Сотрудники «Флирта» уселись на деревянное, покрытое вытертой медвежьей шкурой сиденье. Санки быстро заскользили по льду через Неву, и всю дорогу седоки слышали за спиной прерываемые сопением и воздыханьями восхищенные возгласы потрясенного каталя. Достигнув противоположного берега Невы, они с облегчением выбрались на набережную. И тут же узрели карету медицинской помощи, на боковине которой красовался темный крест на белом круге. Фалалей направился прямо к ней.

– Где доктор? – требовательно вопросил он. – Мы жертвы несчастного случая! Я фельетонист журнала «Флирт».

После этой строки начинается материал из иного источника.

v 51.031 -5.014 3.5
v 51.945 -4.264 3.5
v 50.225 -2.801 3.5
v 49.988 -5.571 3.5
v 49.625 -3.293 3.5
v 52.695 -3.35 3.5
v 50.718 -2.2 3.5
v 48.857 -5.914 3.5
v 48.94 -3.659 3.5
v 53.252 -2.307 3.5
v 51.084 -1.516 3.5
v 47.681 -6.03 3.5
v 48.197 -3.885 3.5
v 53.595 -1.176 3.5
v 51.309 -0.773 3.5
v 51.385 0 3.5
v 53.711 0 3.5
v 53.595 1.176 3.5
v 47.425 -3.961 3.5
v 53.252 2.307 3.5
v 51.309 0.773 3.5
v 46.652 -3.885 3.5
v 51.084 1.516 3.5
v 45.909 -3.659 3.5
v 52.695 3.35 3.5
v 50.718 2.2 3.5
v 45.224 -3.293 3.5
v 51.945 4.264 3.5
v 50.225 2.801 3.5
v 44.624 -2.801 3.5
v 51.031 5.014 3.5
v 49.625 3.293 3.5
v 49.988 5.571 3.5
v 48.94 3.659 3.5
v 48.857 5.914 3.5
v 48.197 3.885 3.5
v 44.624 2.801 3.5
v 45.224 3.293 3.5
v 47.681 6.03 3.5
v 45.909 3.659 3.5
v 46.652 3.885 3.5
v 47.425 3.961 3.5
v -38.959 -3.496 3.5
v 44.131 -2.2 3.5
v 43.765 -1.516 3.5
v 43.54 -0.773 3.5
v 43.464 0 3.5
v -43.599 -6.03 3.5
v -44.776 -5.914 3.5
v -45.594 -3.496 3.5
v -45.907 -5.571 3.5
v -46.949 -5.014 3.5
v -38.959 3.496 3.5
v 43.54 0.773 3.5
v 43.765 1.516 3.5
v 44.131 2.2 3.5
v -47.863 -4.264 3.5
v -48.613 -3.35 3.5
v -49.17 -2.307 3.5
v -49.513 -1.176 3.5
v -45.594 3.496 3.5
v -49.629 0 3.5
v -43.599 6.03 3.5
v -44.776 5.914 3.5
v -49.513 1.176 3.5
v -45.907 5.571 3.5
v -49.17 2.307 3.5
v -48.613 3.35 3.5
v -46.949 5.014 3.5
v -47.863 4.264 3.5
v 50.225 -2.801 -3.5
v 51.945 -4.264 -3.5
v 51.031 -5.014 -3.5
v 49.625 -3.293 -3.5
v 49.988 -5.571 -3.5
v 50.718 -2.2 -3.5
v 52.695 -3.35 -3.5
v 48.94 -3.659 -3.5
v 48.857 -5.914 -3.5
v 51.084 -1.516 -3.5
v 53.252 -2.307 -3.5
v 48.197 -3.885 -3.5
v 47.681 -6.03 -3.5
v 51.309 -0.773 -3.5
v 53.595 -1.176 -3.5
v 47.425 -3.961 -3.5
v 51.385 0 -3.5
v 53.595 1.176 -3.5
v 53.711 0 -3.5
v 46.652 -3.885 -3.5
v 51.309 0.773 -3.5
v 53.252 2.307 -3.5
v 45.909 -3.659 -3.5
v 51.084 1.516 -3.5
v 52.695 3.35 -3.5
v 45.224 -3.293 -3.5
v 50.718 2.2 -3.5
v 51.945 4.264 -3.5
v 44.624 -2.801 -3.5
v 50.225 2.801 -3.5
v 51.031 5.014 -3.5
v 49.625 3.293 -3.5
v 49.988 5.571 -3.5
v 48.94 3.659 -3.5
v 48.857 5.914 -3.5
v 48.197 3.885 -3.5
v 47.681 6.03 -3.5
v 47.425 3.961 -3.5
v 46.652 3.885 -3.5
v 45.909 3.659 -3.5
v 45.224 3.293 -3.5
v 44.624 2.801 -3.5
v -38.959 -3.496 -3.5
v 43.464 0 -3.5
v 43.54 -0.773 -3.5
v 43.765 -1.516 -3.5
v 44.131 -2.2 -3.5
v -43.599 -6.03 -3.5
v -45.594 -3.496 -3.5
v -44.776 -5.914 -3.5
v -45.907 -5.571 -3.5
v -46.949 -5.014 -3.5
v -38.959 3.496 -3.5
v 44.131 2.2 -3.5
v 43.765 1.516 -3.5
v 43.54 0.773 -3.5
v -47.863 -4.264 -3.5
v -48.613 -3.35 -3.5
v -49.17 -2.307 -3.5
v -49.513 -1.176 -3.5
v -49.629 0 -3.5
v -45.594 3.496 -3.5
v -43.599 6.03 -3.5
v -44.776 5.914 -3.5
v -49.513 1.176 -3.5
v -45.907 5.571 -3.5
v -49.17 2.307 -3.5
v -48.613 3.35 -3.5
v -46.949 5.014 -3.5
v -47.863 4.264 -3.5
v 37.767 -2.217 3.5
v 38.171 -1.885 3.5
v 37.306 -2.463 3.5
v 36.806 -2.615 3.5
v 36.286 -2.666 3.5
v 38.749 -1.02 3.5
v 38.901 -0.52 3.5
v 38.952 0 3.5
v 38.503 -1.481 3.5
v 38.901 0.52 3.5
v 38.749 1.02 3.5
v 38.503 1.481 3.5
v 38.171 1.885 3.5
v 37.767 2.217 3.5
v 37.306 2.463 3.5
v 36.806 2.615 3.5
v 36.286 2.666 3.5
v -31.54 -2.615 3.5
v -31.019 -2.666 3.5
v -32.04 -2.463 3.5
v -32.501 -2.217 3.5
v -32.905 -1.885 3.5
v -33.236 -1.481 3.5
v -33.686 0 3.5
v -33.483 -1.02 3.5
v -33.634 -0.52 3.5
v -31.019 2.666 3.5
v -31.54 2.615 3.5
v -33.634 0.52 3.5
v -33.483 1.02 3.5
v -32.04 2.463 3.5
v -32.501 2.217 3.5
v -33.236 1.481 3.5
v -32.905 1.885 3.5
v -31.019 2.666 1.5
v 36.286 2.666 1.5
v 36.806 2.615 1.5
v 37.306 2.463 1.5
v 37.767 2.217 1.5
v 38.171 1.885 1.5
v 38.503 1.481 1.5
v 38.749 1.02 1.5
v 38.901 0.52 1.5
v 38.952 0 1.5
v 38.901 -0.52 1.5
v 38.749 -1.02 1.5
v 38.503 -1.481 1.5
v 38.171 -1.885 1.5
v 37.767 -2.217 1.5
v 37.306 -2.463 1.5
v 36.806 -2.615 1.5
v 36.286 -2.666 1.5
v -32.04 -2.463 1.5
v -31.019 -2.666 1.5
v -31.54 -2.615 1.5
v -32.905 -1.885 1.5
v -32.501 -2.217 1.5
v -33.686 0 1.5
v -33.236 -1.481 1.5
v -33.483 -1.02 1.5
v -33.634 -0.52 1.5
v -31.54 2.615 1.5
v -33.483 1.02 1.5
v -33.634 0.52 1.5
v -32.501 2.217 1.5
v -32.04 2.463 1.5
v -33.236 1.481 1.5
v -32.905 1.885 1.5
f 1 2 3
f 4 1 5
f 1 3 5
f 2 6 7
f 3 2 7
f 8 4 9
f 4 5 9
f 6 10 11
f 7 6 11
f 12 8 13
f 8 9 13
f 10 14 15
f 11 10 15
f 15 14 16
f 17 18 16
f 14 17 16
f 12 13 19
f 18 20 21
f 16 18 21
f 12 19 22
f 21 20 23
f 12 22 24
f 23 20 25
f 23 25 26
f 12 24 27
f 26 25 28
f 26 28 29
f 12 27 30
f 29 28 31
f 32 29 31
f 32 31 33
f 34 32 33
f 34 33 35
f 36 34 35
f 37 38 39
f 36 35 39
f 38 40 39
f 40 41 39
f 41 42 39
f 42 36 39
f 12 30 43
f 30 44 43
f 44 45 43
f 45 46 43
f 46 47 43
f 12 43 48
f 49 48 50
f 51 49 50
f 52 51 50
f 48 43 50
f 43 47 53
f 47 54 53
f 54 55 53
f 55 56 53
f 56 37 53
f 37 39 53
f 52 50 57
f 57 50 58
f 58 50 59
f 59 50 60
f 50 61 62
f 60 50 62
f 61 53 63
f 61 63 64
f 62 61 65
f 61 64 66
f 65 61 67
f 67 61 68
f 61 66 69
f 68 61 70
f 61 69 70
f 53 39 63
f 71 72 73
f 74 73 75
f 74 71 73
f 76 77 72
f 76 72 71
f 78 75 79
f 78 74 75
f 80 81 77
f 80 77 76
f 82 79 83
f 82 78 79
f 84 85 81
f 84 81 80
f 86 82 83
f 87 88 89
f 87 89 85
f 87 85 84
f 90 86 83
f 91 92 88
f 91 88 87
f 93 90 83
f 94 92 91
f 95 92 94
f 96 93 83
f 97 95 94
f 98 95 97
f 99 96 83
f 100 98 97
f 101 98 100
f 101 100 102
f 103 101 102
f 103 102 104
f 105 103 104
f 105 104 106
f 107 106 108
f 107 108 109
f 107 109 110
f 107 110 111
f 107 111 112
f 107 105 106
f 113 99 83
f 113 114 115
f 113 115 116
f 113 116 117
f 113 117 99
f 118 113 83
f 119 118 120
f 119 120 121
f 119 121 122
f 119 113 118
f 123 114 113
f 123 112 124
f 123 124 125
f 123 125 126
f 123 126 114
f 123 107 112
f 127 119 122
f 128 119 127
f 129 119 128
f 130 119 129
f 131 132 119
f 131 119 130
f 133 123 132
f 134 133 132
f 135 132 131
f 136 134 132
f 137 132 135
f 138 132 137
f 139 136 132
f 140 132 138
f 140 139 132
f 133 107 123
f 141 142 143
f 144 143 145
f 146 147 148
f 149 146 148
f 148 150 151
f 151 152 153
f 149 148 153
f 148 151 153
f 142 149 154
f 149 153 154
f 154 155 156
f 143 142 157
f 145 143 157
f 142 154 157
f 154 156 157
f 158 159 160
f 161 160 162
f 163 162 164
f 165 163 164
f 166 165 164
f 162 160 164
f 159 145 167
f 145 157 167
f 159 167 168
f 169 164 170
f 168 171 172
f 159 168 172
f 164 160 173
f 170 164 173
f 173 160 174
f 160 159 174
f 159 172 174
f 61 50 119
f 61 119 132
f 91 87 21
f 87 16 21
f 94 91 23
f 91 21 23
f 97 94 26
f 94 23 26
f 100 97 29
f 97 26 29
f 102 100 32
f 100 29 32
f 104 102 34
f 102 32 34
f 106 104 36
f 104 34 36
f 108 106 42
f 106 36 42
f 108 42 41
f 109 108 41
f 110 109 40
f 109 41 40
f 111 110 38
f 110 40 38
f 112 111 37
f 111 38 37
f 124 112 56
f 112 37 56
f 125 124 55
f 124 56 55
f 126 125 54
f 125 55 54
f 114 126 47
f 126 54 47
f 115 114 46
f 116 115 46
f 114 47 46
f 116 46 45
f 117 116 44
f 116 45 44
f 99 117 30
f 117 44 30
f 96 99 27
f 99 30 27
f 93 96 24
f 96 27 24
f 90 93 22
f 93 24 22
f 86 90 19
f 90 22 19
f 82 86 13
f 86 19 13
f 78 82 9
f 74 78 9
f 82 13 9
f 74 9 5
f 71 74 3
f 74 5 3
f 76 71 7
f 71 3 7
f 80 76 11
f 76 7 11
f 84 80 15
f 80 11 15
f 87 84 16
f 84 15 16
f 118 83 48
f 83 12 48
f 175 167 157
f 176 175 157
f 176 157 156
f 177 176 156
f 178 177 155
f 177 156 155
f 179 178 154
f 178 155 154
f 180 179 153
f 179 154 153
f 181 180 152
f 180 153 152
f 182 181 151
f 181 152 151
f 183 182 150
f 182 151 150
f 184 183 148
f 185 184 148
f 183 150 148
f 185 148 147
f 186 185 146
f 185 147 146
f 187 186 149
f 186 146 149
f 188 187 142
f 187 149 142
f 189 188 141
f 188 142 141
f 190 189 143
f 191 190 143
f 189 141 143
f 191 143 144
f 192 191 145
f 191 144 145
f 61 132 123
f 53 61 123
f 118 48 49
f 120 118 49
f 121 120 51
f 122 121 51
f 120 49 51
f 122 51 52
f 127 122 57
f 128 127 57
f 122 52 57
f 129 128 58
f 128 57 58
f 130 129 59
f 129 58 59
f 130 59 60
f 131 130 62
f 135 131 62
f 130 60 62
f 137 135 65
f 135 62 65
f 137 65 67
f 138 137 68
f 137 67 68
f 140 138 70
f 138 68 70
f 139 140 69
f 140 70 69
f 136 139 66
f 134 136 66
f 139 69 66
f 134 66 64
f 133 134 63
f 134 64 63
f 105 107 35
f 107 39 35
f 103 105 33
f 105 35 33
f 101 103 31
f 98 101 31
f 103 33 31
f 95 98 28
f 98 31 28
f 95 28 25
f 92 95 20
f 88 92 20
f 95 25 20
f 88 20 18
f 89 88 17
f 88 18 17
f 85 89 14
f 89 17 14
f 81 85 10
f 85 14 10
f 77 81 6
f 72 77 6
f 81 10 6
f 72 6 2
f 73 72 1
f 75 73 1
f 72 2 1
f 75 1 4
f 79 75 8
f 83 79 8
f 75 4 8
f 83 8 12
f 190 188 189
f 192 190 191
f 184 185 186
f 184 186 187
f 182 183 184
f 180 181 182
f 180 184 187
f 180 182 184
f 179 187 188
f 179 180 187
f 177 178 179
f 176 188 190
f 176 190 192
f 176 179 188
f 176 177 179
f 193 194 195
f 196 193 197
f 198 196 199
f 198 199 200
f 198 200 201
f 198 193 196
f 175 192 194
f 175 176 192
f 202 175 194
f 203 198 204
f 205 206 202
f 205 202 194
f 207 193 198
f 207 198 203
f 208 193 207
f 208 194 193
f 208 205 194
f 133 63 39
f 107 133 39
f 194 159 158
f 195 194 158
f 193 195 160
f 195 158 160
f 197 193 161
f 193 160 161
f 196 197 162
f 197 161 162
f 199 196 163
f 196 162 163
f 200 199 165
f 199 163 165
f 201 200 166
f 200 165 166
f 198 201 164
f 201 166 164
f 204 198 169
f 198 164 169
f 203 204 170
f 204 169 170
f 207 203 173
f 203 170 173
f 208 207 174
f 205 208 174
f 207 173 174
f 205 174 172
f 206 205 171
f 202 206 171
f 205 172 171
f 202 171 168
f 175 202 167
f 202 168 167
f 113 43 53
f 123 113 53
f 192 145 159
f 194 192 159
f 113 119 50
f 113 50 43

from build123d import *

# Parameters (mm, degrees)
BOSS_EXTRUDE1_DEPTH     = 3.5
SKETCH3_R               = 3.960739879
CUT_EXTRUDE2_DEPTH      = 4.5
CUT_EXTRUDE2_DEPTH_BACK = 4.5
SKETCH4_W               = 6.635737024
SKETCH4_H               = 6.991222936
CUT_EXTRUDE3_DEPTH      = 4.5
CUT_EXTRUDE3_DEPTH_BACK = 4.5
BOSS_EXTRUDE5_START     = 3.5
BOSS_EXTRUDE5_DEPTH     = 2


with BuildPart() as part:
    # Sketch1 → Boss-Extrude1 (new body, symmetric)
    with BuildSketch(Plane.XY):
        with BuildLine():
            Line((-43.599357872, 6.029698429), (47.680999885, 6.029698429))
            ThreePointArc((47.680999885, 6.029698429), (53.710698314, 0), (47.680999885, -6.029698429))
            Line((47.680999885, -6.029698429), (-43.599357872, -6.029698429))
            ThreePointArc((-43.599357872, -6.029698429), (-49.629056301, 0), (-43.599357872, 6.029698429))
        make_face()
    extrude(amount=BOSS_EXTRUDE1_DEPTH, both=True)

    # Sketch3 → Cut-Extrude2 (cut, two sides)
    with BuildSketch(Plane.XY) as cut_extrude2_sk:
        with Locations((47.424522437, 0)):
            Circle(SKETCH3_R)
    extrude(amount=CUT_EXTRUDE2_DEPTH, mode=Mode.SUBTRACT)
    extrude(cut_extrude2_sk.sketch, amount=-CUT_EXTRUDE2_DEPTH_BACK, mode=Mode.SUBTRACT)

    # Sketch4 → Cut-Extrude3 (cut, two sides)
    with BuildSketch(Plane.XY) as cut_extrude3_sk:
        with Locations((-42.276422688, 0)):
            Rectangle(SKETCH4_W, SKETCH4_H)
    extrude(amount=CUT_EXTRUDE3_DEPTH, mode=Mode.SUBTRACT)
    extrude(cut_extrude3_sk.sketch, amount=-CUT_EXTRUDE3_DEPTH_BACK, mode=Mode.SUBTRACT)


with BuildPart() as body_2:
    # Sketch5 → Boss-Extrude5 (new body)
    with BuildSketch(Plane.XY.offset(BOSS_EXTRUDE5_START)):
        with BuildLine():
            Line((-31.019368808, 2.66614434), (36.285963862, 2.66614434))
            ThreePointArc((36.285963862, 2.66614434), (38.952108202, 0), (36.285963862, -2.66614434))
            Line((36.285963862, -2.66614434), (-31.019368808, -2.66614434))
            ThreePointArc((-31.019368808, -2.66614434), (-33.685513148, 0), (-31.019368808, 2.66614434))
        make_face()
    extrude(amount=-BOSS_EXTRUDE5_DEPTH)


solid = Compound([part.part, body_2.part])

Стоявший рядом с каретой городовой, высокий молодец в шинели при погонах, с номерной бляхой на груди, с револьвером в кобуре и шашкой на перевязи, окинул Фалалея строгим взглядом.

– Ваша фамилия?

– Черепанов, Фалалей Аверьяныч. – Фельетонист приосанился и заговорил с расстановкой, сдержанно и величественно. – Пьяный извозчик с найденовского двора поспорил в трактире Корнилия, что промчится, груженный ледяными кабанчиками, по льду Невы. Съехав на полной скорости с берега, провалился и утонул. Я и мой друг, Самсон Васильевич Шалопаев, – свидетели. Пьяный лихач нас сбил. Господин Шалопаев пострадал. У него сотрясение мозга. Требуется медицинская помощь. Постельный режим.

– Вы сильно пострадали? – спросил городовой Самсона.

Самсон мотнул головой. Впрочем, его вид подтверждал слова Черепанова: вывалянный в снегу, встрепанный, потерявший шапку, со слипшимися белокурыми кудрями, прикрытыми клетчатым шарфом, с дрожащими руками и губами, отводящий бессмысленный взор, – юноша явно был не в себе.

– Милостивый государь! – вытянулся Черепанов. – Умоляю! Спасите золотое перо российской журналистики! Не дайте юноше погибнуть!

– Что же я могу? – городовой передернул плечами. – Я вас не держу. За полезные сведения благодарю, да там не мой участок.

– Мы вам признательны, но у нас на счету каждая минута! Распорядитесь доставить больного в медицинской карете по известному мне адресу! Обязуюсь его сопровождать!

– Это, пожалуй, возможно. – Городовой осторожно заглянул в карету. – Ваше благородие, тут пострадавшие.

Из кареты вылез мужчина в круглой каракулевой шапке, в черной шинели чиновничьего типа с каракулевым воротником, с серебряными пуговицами и маленьким эмалированным крестиком в петлице. Вид форменных шинелей действовал на Самсона умиротворяюще. Он не боялся даже кучера кареты, в шапке пирожком и поддевке с высокой талией.

Доктор, узнав, что имеет дело с журналистами, вызвался довезти пострадавшего до места назначения.

Всю дорогу Черепанов твердил врачу, осмотревшему и опросившему Самсона, что юноша в шоке, его надо доставить к тетушке – госпоже Лиркиной.

Самсон не противоречил, понимая, что друг его лжет во благо. Стажера переполняла благодарность к коллеге, хотя никакого заговора макаровских извозчиков и не обнаружилось, а пьяный кучер был найденовским. Он был счастлив, что едет в безопасной медицинской карете, что рядом с ним заботливый доктор, рассказывает о своих героических подвигах… Сейчас карета возвращалась с вызова, где доктору пришлось освобождать детские головы, застрявшие в перекладинах никелированной кровати. Добро бы один ребенок попал в переделку, а то только освободили малыша, как и старшенький вздумал повторить его подвиг. Доктор категорически уверял, что в подобных случаях следовало бы обращаться к пожарным, а не эксплуатировать медиков… Наконец карета остановилась, и Самсон, бережно поддерживаемый Фалалеем Черепановым, ступил на обледенелую твердь тротуара.